A local named Sarah Nekesa detailed her experience during the tragedy, saying she survived when she, along with her six-month-old baby, held onto a tree branch for more than three hours as she witnessed several people being washed away by raging waters.

"When I opened the door, I saw raging water and rocks rolling furiously towards our house. I screamed and asked my husband who was sleeping with the child to come out immediately. He almost ignored my distress calls saying it was ordinary floods experienced in the area," she stated.

"When a huge boulder hit a neighboring house, he came out holding the child and rushed to safety, but on second thought he went back inside saying he had forgotten the keys to the armory. I asked him to hand over the child."

"After I took the baby, we ran to safety, leaving him behind. I don’t know about his whereabouts."

Another survivor named Benson Loriwonyan said he had gone to a posho mill in the Chesegon market when the disaster struck.
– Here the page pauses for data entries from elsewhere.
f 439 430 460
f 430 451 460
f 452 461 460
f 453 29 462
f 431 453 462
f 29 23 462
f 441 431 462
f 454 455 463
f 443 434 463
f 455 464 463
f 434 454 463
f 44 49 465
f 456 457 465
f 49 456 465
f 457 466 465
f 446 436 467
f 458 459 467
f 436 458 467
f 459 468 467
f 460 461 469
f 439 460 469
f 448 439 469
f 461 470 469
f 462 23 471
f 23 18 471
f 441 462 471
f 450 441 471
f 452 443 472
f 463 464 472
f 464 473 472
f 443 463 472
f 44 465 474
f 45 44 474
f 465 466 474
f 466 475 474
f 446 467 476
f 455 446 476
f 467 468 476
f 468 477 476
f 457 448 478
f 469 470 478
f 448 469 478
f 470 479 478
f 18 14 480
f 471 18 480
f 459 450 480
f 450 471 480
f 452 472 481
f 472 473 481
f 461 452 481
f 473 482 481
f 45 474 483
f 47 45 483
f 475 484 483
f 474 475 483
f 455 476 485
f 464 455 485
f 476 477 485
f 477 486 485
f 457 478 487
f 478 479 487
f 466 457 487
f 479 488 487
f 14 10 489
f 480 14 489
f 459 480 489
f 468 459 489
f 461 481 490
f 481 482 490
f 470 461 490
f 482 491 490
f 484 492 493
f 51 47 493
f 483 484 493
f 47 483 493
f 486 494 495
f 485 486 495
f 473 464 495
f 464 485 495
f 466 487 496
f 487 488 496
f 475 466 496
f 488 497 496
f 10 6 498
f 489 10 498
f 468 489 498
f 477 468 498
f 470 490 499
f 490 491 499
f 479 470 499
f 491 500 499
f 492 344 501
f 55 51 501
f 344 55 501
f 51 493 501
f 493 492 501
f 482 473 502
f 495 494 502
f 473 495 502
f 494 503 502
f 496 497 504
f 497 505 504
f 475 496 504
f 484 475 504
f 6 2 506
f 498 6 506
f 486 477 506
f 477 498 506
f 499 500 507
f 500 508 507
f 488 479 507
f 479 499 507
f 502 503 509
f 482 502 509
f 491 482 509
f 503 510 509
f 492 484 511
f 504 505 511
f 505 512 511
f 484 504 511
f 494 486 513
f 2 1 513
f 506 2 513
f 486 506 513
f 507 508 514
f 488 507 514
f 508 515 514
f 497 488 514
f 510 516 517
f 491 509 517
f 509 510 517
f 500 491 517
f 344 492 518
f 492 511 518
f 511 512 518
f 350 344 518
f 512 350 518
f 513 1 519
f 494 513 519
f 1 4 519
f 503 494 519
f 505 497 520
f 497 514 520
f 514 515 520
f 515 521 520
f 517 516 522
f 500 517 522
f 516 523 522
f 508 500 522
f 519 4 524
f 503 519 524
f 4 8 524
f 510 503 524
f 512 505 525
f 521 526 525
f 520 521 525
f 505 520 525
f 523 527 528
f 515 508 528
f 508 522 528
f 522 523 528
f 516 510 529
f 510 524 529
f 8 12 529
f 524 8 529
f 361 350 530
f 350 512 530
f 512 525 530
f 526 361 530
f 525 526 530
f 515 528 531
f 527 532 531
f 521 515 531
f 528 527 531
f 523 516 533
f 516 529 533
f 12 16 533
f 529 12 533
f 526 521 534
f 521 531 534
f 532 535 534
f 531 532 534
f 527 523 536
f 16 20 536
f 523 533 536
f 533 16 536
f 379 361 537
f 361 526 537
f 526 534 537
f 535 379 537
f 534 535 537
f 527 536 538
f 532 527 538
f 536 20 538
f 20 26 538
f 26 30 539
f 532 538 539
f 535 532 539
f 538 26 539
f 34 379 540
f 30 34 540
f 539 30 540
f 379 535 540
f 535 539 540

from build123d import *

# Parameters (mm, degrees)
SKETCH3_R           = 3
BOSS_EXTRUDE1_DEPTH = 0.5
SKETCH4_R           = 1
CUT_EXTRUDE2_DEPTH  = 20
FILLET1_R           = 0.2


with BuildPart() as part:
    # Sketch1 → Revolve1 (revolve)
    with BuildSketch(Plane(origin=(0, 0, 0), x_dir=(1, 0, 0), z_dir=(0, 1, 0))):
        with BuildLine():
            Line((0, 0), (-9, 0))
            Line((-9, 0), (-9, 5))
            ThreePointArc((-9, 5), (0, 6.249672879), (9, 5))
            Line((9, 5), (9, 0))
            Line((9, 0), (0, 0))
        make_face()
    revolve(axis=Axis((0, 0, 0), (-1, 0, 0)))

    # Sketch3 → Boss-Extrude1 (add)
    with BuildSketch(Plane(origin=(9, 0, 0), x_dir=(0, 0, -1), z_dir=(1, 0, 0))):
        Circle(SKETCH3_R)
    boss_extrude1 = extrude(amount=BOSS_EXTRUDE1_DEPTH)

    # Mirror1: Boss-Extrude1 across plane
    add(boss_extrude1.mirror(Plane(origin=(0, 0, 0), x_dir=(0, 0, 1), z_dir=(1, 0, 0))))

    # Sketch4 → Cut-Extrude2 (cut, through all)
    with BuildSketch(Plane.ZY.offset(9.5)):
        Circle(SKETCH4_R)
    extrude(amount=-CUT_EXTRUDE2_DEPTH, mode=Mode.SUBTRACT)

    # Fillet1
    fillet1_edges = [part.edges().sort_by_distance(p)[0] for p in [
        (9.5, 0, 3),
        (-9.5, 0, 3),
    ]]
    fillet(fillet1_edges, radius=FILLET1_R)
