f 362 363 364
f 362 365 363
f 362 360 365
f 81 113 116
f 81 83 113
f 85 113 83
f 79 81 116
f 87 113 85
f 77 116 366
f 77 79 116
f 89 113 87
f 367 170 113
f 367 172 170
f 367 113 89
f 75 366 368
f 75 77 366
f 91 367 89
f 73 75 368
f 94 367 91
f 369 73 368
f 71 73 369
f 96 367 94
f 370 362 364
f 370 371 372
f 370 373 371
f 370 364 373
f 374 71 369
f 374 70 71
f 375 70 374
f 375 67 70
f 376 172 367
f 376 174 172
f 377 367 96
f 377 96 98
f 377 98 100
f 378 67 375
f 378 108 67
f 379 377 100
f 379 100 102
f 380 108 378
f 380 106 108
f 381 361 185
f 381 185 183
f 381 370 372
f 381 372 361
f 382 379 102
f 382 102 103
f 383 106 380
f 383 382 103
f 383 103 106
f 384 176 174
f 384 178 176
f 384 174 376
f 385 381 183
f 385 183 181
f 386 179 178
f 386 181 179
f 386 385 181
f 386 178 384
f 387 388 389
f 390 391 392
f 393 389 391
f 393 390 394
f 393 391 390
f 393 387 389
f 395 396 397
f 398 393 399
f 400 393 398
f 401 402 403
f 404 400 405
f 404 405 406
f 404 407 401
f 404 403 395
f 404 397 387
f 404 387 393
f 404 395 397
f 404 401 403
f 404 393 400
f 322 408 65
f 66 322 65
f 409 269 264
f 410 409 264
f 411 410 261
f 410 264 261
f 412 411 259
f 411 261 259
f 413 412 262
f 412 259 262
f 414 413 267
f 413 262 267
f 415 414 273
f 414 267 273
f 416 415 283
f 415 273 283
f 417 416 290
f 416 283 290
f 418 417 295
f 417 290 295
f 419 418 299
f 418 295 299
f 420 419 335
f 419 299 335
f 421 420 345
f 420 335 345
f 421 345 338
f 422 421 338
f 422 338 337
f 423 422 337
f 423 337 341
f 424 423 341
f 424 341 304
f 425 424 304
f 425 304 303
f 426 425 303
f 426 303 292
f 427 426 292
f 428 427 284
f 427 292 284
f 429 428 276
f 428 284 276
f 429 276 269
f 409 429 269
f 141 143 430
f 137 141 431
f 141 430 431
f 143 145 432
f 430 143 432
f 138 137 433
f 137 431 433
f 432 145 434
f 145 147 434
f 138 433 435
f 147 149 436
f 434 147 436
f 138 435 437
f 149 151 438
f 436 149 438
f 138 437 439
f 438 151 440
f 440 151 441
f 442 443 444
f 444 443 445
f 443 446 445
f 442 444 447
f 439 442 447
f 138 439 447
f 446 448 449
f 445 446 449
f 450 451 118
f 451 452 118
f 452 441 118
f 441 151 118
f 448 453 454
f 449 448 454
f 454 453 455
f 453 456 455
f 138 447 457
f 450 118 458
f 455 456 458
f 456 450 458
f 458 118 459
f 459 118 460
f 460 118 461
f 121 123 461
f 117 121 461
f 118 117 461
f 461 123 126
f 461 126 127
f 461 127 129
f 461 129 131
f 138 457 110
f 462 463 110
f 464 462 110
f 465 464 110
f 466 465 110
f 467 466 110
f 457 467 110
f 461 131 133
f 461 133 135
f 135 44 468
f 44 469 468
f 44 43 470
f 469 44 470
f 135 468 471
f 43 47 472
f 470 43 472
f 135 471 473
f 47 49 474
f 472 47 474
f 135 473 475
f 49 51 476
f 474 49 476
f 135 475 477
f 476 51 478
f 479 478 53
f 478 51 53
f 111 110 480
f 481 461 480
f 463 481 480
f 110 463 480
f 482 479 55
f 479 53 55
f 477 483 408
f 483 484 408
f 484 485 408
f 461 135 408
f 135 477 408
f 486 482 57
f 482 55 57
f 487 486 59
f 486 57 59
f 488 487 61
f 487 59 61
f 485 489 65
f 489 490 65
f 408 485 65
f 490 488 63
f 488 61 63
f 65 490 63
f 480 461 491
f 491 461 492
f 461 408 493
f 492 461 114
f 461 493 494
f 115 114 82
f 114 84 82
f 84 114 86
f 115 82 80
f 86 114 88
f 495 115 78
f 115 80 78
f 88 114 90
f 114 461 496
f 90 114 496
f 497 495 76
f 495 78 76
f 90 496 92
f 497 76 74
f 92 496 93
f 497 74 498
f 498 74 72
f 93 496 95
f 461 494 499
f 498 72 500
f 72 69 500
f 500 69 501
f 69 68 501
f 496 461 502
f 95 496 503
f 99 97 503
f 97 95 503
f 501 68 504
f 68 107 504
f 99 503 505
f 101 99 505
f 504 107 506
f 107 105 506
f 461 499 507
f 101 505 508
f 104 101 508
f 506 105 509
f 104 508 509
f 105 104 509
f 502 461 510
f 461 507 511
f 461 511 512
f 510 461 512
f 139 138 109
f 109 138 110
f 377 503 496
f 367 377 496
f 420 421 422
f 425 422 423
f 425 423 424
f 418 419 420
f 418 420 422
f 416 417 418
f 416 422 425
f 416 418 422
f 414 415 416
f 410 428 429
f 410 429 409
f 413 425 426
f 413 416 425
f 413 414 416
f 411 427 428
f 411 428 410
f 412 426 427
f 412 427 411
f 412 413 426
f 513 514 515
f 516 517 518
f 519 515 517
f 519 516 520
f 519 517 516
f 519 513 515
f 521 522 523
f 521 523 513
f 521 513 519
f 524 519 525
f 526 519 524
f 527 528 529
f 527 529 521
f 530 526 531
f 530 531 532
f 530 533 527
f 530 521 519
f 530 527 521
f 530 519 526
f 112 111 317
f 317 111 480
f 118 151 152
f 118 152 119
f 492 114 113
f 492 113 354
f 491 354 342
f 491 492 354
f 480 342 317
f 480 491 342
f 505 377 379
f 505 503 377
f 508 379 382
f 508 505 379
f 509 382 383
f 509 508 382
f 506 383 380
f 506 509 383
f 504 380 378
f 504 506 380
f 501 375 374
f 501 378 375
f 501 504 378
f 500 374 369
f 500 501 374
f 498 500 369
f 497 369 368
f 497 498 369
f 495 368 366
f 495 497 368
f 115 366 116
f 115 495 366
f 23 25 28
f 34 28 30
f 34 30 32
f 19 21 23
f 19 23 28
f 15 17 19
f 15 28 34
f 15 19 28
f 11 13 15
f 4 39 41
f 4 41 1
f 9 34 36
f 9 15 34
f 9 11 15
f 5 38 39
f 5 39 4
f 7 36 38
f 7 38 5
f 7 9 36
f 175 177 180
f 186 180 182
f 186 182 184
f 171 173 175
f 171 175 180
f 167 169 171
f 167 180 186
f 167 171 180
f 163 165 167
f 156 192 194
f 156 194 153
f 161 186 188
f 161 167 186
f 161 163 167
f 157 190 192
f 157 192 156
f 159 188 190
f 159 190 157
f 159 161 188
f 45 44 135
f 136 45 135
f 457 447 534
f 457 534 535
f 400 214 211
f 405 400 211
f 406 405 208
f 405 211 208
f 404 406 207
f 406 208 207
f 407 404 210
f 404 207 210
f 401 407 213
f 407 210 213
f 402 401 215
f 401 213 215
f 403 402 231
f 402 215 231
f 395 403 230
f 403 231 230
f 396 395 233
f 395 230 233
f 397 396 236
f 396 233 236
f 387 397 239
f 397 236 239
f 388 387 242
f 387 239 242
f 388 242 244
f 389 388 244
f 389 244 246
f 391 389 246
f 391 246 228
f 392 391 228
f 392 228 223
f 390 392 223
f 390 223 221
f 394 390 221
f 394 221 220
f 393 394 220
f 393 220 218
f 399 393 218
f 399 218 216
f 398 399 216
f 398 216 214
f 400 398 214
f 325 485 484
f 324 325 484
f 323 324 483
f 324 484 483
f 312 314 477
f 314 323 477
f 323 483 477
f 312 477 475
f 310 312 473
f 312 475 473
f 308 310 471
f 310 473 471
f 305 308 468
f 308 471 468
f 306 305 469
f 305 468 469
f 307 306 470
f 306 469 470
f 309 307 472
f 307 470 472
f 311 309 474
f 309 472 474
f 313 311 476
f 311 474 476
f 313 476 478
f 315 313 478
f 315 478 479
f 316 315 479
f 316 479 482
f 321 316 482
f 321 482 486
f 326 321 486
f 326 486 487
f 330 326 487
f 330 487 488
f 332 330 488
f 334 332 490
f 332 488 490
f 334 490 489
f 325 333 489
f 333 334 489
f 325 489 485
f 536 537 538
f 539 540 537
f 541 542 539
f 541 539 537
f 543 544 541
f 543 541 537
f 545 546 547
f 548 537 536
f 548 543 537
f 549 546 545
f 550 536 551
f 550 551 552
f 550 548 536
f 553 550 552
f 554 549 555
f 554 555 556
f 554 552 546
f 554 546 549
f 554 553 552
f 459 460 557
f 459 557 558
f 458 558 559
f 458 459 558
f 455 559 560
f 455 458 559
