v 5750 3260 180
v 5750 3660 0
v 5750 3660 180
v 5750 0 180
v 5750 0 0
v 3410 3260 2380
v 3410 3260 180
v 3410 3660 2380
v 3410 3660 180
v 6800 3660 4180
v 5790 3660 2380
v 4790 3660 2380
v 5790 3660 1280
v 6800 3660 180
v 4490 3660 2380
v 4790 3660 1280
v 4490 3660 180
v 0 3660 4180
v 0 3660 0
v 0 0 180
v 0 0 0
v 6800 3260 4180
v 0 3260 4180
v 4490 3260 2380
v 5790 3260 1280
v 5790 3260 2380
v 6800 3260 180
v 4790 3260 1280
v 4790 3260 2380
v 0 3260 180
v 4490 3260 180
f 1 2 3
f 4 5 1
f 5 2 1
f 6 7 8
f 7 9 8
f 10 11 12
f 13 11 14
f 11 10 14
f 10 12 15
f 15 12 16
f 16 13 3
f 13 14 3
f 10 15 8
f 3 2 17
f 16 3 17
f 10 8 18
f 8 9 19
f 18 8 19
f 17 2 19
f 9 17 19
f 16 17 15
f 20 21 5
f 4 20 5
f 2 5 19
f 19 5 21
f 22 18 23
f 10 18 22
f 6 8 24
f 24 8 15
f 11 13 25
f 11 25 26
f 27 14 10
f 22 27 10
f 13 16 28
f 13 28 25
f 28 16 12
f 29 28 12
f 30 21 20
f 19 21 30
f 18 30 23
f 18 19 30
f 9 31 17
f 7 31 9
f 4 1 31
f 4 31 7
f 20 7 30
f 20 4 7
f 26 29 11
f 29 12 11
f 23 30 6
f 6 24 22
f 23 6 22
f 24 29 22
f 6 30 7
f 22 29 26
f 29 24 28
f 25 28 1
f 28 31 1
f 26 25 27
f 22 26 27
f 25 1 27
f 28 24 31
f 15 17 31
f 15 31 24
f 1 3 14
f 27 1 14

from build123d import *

# Parameters (mm, degrees)
F0_W     = 5750
F0_H     = 3500
F1_DEPTH = 180
F2_W     = 5750
F2_H     = 180
F3_DEPTH = 160
F4_W     = 5750
F4_H     = 200
F4_W_2   = 1050
F5_DEPTH = 4000
F6_W     = 1080
F6_H     = 2200
F6_W_2   = 1000
F6_H_2   = 1100
F7_DEPTH = 200.001
F8_DEPTH = 200


with BuildPart() as f1:
    # F0 (on Top) → F1 (new body)
    with BuildSketch(Plane.XY):
        with Locations((2875, 1750)):
            Rectangle(F0_W, F0_H)
    extrude(amount=F1_DEPTH)

    # F2 (on face) → F3 (join)
    with BuildSketch(Plane(origin=(0, 3500, 0), x_dir=(-1, 0, 0), z_dir=(0, 1, 0))):
        with Locations((-2875, 90)):
            Rectangle(F2_W, F2_H)
    extrude(amount=F3_DEPTH)

    # F4 (on face) → F5 (join)
    with BuildSketch(Plane.XY.offset(180)):
        with Locations((2875, 3560)):
            Rectangle(F4_W, F4_H)
        with Locations((6275, 3560)):
            Rectangle(F4_W_2, F4_H)
    extrude(amount=F5_DEPTH)

    # F6 (on face) → F7 (cut, through all)
    with BuildSketch(Plane.XZ.offset(-3460)):
        with Locations((3950, 1280)):
            Rectangle(F6_W, F6_H)
        with Locations((5290, 1830)):
            Rectangle(F6_W_2, F6_H_2)
    extrude(amount=-F7_DEPTH, mode=Mode.SUBTRACT)

    # F8 (add): a face of the model
    f8_faces = [f1.faces().sort_by_distance(p)[0] for p in [
        (3257.2837632777, 3460, 2286.3648625864),
    ]]
    extrude(f8_faces, amount=F8_DEPTH)


solid = f1.part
"We heard an unusual rumbling sound, akin to a huge airplane. When I set out to check, I was met with huge rocks rolling downhill. I rushed back inside and alerted those who were in the posho mill to quickly save themselves from the oncoming floods."

He continued, "It’s by luck that we found ourselves clinging onto the branches of thorny acacia trees."

According to local media, all buildings were virtually destroyed. The trading center, which hosts more than 500 people in a day, was left in crumbles. 

Authorities pledged humanitarian aid to the affected families, including relief items and shelter. Other agencies were also urged to step in and support the victims.

"I will rally my colleagues in Parliament to pass a Motion to compel the government to resettle all families living in landslide-prone areas in West Pokot, Elgeyo Marakwet and Baringo counties to stop the cycle of disasters every rainy season," said Elgeyo Marakwet senator Kipchumba Murkomen.

According to KMD's forecast, heavy downpours will continue over most parts of the country in the following days. Rains are forecast to reduce by April 25.